Car loans and leases
Similarly, if you have a car loan or lease, reach out to your lender or leasing company. Many auto companies and other lenders have emergency programs that will let you defer payments for a month or more.
Some insurers are allowing customers to put off paying premiums for a period of time without canceling their coverage. So check with yours (but don’t take the risk of going uninsured).
Because of another provision of the CARES Act, borrowers with federal student loans are not required to make payments on them until September 30, 2020, according to the Consumer Financial Protection Bureau. If you owe money on private student loans and are having trouble making payments, contact the lender or loan servicer to find out if it has a similar program or other kinds of assistance. Many do.
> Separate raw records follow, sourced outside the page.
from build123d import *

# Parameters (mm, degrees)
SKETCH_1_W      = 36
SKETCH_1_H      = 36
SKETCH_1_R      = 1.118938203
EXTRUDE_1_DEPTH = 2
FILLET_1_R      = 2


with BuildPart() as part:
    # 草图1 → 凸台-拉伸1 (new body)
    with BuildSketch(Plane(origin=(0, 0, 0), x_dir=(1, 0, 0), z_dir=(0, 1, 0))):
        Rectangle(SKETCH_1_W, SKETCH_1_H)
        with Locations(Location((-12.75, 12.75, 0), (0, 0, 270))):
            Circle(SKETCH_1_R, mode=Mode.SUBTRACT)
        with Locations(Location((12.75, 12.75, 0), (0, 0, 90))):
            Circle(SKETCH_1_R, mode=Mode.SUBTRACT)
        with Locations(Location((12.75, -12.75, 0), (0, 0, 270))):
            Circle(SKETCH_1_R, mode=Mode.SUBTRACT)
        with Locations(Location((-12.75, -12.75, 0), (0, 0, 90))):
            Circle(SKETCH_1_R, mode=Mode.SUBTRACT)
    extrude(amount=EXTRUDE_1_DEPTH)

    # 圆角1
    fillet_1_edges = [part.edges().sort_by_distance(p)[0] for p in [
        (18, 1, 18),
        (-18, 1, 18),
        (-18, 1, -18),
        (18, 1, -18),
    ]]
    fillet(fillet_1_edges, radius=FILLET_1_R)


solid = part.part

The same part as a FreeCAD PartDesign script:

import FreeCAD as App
import Part
import Sketcher


def edges_at(feature, points):
    """Names of the edges that pass closest to the given points."""
    edges = feature.Shape.Edges
    near = lambda p: min(range(len(edges)), key=lambda i: edges[i].distToShape(Part.Vertex(*p))[0])
    return sorted({f"Edge{near(p) + 1}" for p in points})

doc = App.newDocument("Part")
params = doc.addObject("Spreadsheet::Sheet", "Params")
for row, (alias, value) in enumerate([
    ("sketch1_width", "36 mm"),
    ("pad1_length", "2 mm"),
    ("fillet_radius", "2 mm"),
], start=1):
    params.set(f"A{row}", alias)
    params.set(f"B{row}", "=" + value)
    params.setAlias(f"B{row}", alias)

body = doc.addObject("PartDesign::Body", "Body")

sketch1 = body.newObject("Sketcher::SketchObject", "Sketch")
sketch1.AttachmentSupport = (doc.getObject("XZ_Plane"), [""])
sketch1.MapMode = "FlatFace"
sketch1.addGeometry([
    Part.LineSegment(App.Vector(-18, -18, 0), App.Vector(-18, 18, 0)),
    Part.LineSegment(App.Vector(-18, 18, 0), App.Vector(18, 18, 0)),
    Part.LineSegment(App.Vector(18, 18, 0), App.Vector(18, -18, 0)),
    Part.LineSegment(App.Vector(18, -18, 0), App.Vector(-18, -18, 0)),
    Part.Circle(App.Vector(-12.8, 12.8, 0), App.Vector(0, 0, 1), 1.1),
    Part.Circle(App.Vector(12.8, 12.8, 0), App.Vector(0, 0, 1), 1.1),
    Part.Circle(App.Vector(-12.8, -12.8, 0), App.Vector(0, 0, 1), 1.1),
    Part.Circle(App.Vector(12.8, -12.8, 0), App.Vector(0, 0, 1), 1.1),
], False)
sketch1.addConstraint([
    Sketcher.Constraint("Coincident", 0, 2, 1, 1),
    Sketcher.Constraint("Coincident", 1, 2, 2, 1),
    Sketcher.Constraint("Coincident", 2, 2, 3, 1),
    Sketcher.Constraint("Coincident", 3, 2, 0, 1),
    Sketcher.Constraint("Vertical", 0),
    Sketcher.Constraint("Horizontal", 1),
    Sketcher.Constraint("Vertical", 2),
    Sketcher.Constraint("Horizontal", 3),
    Sketcher.Constraint("Equal", 4, 5),
    Sketcher.Constraint("Equal", 5, 6),
    Sketcher.Constraint("Equal", 6, 7),
    Sketcher.Constraint("Symmetric", 5, 3, 6, 3, -1, 1),
    Sketcher.Constraint("Symmetric", 4, 3, 7, 3, -1, 1),
    Sketcher.Constraint("Symmetric", 0, 2, 2, 2, -1, 1),
    Sketcher.Constraint("Symmetric", 4, 3, 5, 3, -2),
    Sketcher.Constraint("Equal", 3, 0),
    Sketcher.Constraint("DistanceX", 1, 1, 1, 2, 36.0),
    Sketcher.Constraint("DistanceX", 4, 3, 5, 3, 25.5),
    Sketcher.Constraint("DistanceY", 6, 3, 4, 3, 25.5),
    Sketcher.Constraint("Diameter", 4, 2.237876),
])
sketch1.setExpression("Constraints[16]", "Params.sketch1_width")
pad1 = body.newObject("PartDesign::Pad", "Pad")
pad1.Profile = sketch1
pad1.setExpression("Length", "Params.pad1_length")
pad1.Reversed = True
doc.recompute()

fillet = body.newObject("PartDesign::Fillet", "Fillet")
fillet.Base = (pad1, edges_at(pad1, [
    (18, 1, 18),
    (-18, 1, 18),
    (-18, 1, -18),
    (18, 1, -18),
]))
fillet.setExpression("Radius", "Params.fillet_radius")

doc.recompute()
As to gas, electric, water, phone, and internet bills, check the provider’s website to see whether it offers any special payment plans to help you conserve cash. Many, but not all, utility companies in the U.S. have voluntarily suspended shut-offs due to unpaid bills, and some state governments have stepped in to force them to do so. But before you just stop paying your bill, make sure you know the likely consequences.
Making at least the minimum required payment on your credit cards and other accounts will help protect your credit score.
Protect Your Credit Rating
Now is not the time to fret unduly about your credit score. However, there are some steps you can take to make sure it doesn’t take too big a hit.
For starters, try to make at least the required minimum payments on your credit accounts and do so by their due dates.
If your mortgage lender agrees to a deferment or forbearance of your loan payments, it should not report your payments to the credit bureaus as being late. Your lender can also provide “a statement that indicates you have been affected by a natural or declared disaster, which can help protect your credit history and credit scores,” according to Experian, one of the three major credit bureaus.
When the Crisis Is Behind Us
You’ll need to re-prioritize once the pandemic passes and you’re back at work. In addition to abiding by whatever repayment agreements you reached with your creditors, aim to pay down any credit card balances you’ve accumulated, starting with the highest-interest ones first.
Now would also be an opportune time to start an emergency fund, or replenish your fund if you had one and depleted it. As a general rule, it’s smart to set aside at least three to six months’ worth of living expenses in a liquid account, such as a bank savings account or money market mutual fund, that you can draw on as needed.
We may never see a crisis like this again (and let’s hope we don't), but having some cash at your command can be comforting in both good times and bad.